Prior to the addition of 90471(immunization administration [includes percutaneous, intradermal, subcutaneous, intramuscular and jet injections and/or intranasal or oral administration]; one vaccine [single or combination vaccine/toxoid]) and 90472 (each additional vaccine [single or combination vaccine/toxoid] [List separately in addition to code for primary procedure]), pediatric coders used the nurse visit code 99211 (office or other outpatient visit for the evaluation and management of an established patient, that may not require the presence of a physician).
Now that the new codes are available (they were first issued in CPT 1999, but CPT 2000 improved on 90472 to make it for each subsequent vaccine rather than for two or more vaccines), it is important to use them.
But some practices are reluctant to use codes 90471/90472 because third-party payers sometimes present problems in terms of payment. (For more on this subject see the article, How to Fight the Bundling of Immunization Codes, page 6 of Pediatric Coding Alert January 2000). One of the biggest obstacles to the use of the codes is the fact that managed care thinks these services are included in the preventive medicine services visits. When 90471/90472 are used, managed care thinks its paying twice for administration, drawing down of vaccines, obtaining informed consent from the parents and record-keeping. When insurance companies refuse to pay for 90471/90472, many practices resort to 99211 instead, reasoning that at least this code pays. (See box on page 11 for ways to fight for reimbursement of 90471/90472.)
Pediatric coding experts say that you should use 90471/90472, despite the reimbursement challenge, for the following reasons:
1. Use code 99211 for minimal office visits. The nurse-visit code is for a sick visit, such as when a child needs a rapid strep test, explains Linda Walsh, MAB, the new senior health policy analyst at the American Academy of Pediatrics (AAP). If you are giving vaccines only at this visit, and you use 99211 with the V code for the vaccines instead of a sick code, insurance companies will say the codes dont match, says Walsh, who comes to her job from more than three years as office manager for a six-pediatrician practice.
2. Limiting well visits. Also if you use the V20.2 diagnosis code along with 99211 for the vaccines given on a separate day from the well visit, many insurance companies would reject the claim, saying that the child already had the well visit for that periodor worse, they would deny a subsequent well visit claim on the same grounds. Some plans, says Walsh, would even use this rationale if you used the individual vaccine V codes instead of the V20.2 codes. This would not happen if you used 90471/90472.

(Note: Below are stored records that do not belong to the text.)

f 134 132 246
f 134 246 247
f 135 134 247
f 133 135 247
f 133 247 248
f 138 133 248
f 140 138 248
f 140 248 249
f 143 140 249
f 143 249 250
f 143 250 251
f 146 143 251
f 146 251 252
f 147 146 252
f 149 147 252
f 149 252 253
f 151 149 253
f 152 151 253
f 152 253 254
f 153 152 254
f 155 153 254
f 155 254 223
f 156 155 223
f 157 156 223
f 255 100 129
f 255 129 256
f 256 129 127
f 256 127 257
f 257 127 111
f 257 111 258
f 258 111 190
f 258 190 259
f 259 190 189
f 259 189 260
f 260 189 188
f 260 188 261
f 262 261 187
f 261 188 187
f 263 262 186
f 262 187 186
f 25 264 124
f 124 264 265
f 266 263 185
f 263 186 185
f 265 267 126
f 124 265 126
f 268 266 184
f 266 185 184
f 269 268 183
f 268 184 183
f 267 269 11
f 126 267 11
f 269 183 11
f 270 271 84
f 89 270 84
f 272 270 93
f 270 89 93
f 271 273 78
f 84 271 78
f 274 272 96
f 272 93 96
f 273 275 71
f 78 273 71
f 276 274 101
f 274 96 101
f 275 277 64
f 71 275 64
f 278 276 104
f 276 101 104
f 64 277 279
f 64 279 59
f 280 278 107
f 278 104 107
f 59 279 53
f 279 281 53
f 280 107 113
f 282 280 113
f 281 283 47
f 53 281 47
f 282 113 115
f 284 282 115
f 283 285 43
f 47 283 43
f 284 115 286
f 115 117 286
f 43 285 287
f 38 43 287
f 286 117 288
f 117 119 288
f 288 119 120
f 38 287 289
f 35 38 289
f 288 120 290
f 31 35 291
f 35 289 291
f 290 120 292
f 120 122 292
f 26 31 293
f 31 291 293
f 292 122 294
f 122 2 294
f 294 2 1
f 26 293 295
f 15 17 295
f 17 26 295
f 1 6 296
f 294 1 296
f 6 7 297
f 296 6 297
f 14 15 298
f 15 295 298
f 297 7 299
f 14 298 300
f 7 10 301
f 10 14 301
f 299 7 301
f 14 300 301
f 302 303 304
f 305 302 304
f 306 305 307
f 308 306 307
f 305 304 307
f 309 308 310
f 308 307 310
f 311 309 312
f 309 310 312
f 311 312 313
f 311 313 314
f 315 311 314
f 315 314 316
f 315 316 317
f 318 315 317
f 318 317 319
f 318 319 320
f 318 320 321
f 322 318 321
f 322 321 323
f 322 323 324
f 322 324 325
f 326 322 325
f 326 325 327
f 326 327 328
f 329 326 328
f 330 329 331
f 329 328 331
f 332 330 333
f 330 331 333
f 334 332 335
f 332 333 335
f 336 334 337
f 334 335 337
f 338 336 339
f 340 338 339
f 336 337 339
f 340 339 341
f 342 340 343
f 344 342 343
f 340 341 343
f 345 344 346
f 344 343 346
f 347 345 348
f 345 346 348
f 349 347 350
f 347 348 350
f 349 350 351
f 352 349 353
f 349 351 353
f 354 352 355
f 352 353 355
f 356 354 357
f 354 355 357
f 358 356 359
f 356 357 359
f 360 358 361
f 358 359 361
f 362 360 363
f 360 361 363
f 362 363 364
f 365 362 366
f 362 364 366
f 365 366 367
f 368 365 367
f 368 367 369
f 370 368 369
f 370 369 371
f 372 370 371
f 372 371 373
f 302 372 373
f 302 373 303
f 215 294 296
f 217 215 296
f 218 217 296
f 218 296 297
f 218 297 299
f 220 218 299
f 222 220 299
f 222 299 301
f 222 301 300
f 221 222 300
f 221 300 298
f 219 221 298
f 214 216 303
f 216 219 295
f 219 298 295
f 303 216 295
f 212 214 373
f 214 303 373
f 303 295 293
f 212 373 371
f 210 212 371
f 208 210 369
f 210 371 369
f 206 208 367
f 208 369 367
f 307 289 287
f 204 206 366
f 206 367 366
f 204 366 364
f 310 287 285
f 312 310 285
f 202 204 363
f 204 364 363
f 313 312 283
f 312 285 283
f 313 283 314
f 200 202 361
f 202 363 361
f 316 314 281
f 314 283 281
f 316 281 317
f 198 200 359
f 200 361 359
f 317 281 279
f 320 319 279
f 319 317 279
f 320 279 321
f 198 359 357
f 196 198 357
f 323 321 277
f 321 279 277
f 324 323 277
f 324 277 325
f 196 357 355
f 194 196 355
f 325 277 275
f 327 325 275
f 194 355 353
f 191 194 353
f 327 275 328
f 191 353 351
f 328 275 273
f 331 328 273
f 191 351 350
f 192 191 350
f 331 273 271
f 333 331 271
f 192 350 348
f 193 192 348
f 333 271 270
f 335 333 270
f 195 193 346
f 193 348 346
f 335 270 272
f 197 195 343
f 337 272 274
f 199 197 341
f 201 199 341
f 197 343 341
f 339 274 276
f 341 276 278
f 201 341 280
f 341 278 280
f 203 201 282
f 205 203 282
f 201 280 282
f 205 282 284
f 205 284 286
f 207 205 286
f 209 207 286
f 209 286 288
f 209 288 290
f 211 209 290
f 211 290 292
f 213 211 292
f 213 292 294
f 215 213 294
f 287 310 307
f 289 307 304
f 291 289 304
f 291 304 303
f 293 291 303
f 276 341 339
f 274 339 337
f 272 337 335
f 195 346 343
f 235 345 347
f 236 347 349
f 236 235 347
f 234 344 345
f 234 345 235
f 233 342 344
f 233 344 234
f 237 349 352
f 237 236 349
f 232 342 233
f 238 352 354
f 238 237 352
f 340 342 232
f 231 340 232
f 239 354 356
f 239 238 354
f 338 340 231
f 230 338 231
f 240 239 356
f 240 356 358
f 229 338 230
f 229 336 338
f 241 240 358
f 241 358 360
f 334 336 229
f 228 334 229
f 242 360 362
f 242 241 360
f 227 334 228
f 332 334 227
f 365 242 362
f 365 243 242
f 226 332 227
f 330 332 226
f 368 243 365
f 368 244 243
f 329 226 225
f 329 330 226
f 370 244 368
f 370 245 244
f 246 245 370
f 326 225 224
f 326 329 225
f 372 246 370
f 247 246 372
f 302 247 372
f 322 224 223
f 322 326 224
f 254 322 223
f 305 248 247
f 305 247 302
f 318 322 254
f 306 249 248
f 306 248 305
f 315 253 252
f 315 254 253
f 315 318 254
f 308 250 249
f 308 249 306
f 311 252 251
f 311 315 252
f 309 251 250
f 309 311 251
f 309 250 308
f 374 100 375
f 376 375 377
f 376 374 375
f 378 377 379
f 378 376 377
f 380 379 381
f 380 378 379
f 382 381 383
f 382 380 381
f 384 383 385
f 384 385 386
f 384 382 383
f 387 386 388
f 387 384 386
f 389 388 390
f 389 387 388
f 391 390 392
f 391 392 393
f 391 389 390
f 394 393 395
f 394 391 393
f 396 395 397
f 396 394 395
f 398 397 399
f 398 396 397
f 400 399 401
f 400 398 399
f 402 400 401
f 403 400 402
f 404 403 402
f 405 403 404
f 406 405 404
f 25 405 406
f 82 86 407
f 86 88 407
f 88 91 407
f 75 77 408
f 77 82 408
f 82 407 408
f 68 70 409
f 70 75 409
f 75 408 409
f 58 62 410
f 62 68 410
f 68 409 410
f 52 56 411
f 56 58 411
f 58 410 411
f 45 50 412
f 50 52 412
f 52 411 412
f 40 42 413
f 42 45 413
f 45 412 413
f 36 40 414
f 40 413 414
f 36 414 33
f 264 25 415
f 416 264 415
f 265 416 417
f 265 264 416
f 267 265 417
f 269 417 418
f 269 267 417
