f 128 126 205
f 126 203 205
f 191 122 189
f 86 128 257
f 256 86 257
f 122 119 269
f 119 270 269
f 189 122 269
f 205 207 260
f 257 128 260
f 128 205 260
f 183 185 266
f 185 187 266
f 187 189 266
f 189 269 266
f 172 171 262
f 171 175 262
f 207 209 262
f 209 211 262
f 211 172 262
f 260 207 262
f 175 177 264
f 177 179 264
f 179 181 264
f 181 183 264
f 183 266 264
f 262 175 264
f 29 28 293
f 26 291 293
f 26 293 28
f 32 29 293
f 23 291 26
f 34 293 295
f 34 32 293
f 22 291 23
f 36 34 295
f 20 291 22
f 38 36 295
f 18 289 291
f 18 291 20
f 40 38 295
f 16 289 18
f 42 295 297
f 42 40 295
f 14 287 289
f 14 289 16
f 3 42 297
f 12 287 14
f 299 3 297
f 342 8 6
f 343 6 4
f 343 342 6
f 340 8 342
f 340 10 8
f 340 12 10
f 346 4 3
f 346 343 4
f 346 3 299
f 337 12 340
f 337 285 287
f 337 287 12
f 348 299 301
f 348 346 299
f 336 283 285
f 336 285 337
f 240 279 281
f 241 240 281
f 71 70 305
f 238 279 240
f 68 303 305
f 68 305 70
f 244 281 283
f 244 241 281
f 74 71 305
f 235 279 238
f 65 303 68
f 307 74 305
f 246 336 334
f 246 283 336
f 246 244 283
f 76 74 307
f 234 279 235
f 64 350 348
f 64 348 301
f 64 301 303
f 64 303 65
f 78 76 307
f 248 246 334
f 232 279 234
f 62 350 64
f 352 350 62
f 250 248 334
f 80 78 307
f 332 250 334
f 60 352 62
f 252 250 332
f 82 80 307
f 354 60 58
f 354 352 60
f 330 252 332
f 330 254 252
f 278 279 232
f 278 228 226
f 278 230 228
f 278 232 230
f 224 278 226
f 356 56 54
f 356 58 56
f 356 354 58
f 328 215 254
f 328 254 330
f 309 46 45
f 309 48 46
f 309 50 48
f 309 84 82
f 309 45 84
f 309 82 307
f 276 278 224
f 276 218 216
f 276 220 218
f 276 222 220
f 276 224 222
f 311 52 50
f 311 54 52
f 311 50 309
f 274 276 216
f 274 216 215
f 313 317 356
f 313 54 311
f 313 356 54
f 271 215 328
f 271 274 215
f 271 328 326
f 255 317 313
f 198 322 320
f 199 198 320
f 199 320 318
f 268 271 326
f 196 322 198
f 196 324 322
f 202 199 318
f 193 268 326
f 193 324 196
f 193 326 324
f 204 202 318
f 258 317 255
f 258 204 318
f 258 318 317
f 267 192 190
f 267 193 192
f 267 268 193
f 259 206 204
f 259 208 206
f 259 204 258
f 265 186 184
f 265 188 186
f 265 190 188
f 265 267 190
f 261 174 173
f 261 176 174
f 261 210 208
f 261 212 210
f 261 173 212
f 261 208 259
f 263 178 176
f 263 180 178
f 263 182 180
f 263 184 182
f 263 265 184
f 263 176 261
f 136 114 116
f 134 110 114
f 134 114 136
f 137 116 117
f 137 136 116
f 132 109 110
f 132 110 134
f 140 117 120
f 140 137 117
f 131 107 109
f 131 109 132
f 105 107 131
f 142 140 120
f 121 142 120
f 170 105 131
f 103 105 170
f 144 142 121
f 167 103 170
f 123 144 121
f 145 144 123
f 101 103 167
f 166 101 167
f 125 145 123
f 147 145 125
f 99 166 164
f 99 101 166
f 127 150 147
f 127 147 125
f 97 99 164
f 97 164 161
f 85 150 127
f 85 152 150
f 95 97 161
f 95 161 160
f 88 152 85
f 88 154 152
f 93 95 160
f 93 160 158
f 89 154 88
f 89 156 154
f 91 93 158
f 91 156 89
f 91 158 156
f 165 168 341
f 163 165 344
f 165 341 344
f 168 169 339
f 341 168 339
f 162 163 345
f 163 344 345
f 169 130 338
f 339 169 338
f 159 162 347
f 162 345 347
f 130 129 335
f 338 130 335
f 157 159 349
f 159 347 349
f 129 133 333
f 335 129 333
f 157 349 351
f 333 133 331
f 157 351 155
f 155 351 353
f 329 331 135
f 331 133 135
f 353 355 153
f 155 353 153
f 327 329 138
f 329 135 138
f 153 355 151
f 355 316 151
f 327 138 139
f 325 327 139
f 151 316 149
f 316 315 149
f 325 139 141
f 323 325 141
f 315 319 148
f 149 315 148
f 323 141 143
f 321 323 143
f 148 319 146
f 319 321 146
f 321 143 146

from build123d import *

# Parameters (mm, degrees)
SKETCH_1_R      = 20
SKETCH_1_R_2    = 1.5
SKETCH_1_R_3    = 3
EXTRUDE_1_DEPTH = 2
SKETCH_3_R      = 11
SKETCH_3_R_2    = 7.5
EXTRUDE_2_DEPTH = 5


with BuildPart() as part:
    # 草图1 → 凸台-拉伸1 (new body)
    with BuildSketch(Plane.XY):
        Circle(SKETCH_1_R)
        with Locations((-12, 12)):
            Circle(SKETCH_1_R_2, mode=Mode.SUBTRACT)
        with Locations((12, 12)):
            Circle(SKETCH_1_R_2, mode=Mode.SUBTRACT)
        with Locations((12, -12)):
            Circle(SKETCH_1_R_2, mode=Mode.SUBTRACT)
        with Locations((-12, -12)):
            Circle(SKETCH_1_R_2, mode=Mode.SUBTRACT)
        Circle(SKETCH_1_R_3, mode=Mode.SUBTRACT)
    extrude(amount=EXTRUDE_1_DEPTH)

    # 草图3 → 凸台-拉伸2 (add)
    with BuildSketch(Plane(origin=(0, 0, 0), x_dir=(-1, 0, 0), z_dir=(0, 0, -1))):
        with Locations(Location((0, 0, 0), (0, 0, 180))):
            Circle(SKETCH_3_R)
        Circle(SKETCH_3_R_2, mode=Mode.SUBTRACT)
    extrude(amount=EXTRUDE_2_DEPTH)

3. Nurse visit for documentation of problem. If a child is coming back for immunizations after a well visit, and the immunizations are the only thing being done, bill 90471/90472, urges Diana Arbes, CPC, reimbursement analyst for Childrens Hospital Pediatric Physicians, a 70-pediatrician department at the Oklahoma University Health Sciences Center in Oklahoma City.
But, if the nurse also is checking to make sure the upper respiratory infection is gone, for example, a 99211 also should be charged in addition to the administration codes. If it goes beyond that, with any kind of minimal documentation you would bill 99211, says Arbes. The ICD-9 code for 99211 should be the same as the original illness the child had that prevented the immunizations from being given during the well visit. And the ICD-9 codes for 90471/90472 should be the V codes for the vaccines.
Understanding Co-pay with 90471/90472
Whether you are billing 90471/90472, as you should be now, or 99211, as you probably were before the new codes, you need to be aware of what your contracts say about co-pays for these codes, says Richard H. Tuck, MD, FAAP, founding chairman of the American Academy of Pediatrics RBRVS PAC, and a pediatrician at PrimeCare Pediatrics in Zanesville, Ohio.
Contracts that dont allow co-pays with well visits would probably apply to the 90471/90472 as well. And for contracts that require co-pays on well visits and sick visits, the parent will already have paid the co-pay, so collecting it twice might not be allowed by the contract. Check with your contract, provider manual or provider relations person on co-pays.
For 99211, however, you would generally have to collect a co-pay. Laurie Castillo, CPC, president of Physician Coding and Compliance Consulting in Manassas, Va., says, Theres no co-pay except on E/M visits. But, Castillo says that its a good idea to check with health plans to see what their rules are, if its not spelled out in your contract (since these are relatively new codes). Theres no straight shot as far as immunization coding is concerned, she says. Some plans arent paying for administration at all.
Tip: Castillo recommends using 99211 with individual vaccine ICD-9 codes if your plan absolutely refuses to pay for immunization administration.
The American Academy of Pediatrics (AAP) is meeting on coding issues later this month, and Codes 90471 and 90472 will be addressed, says Walsh.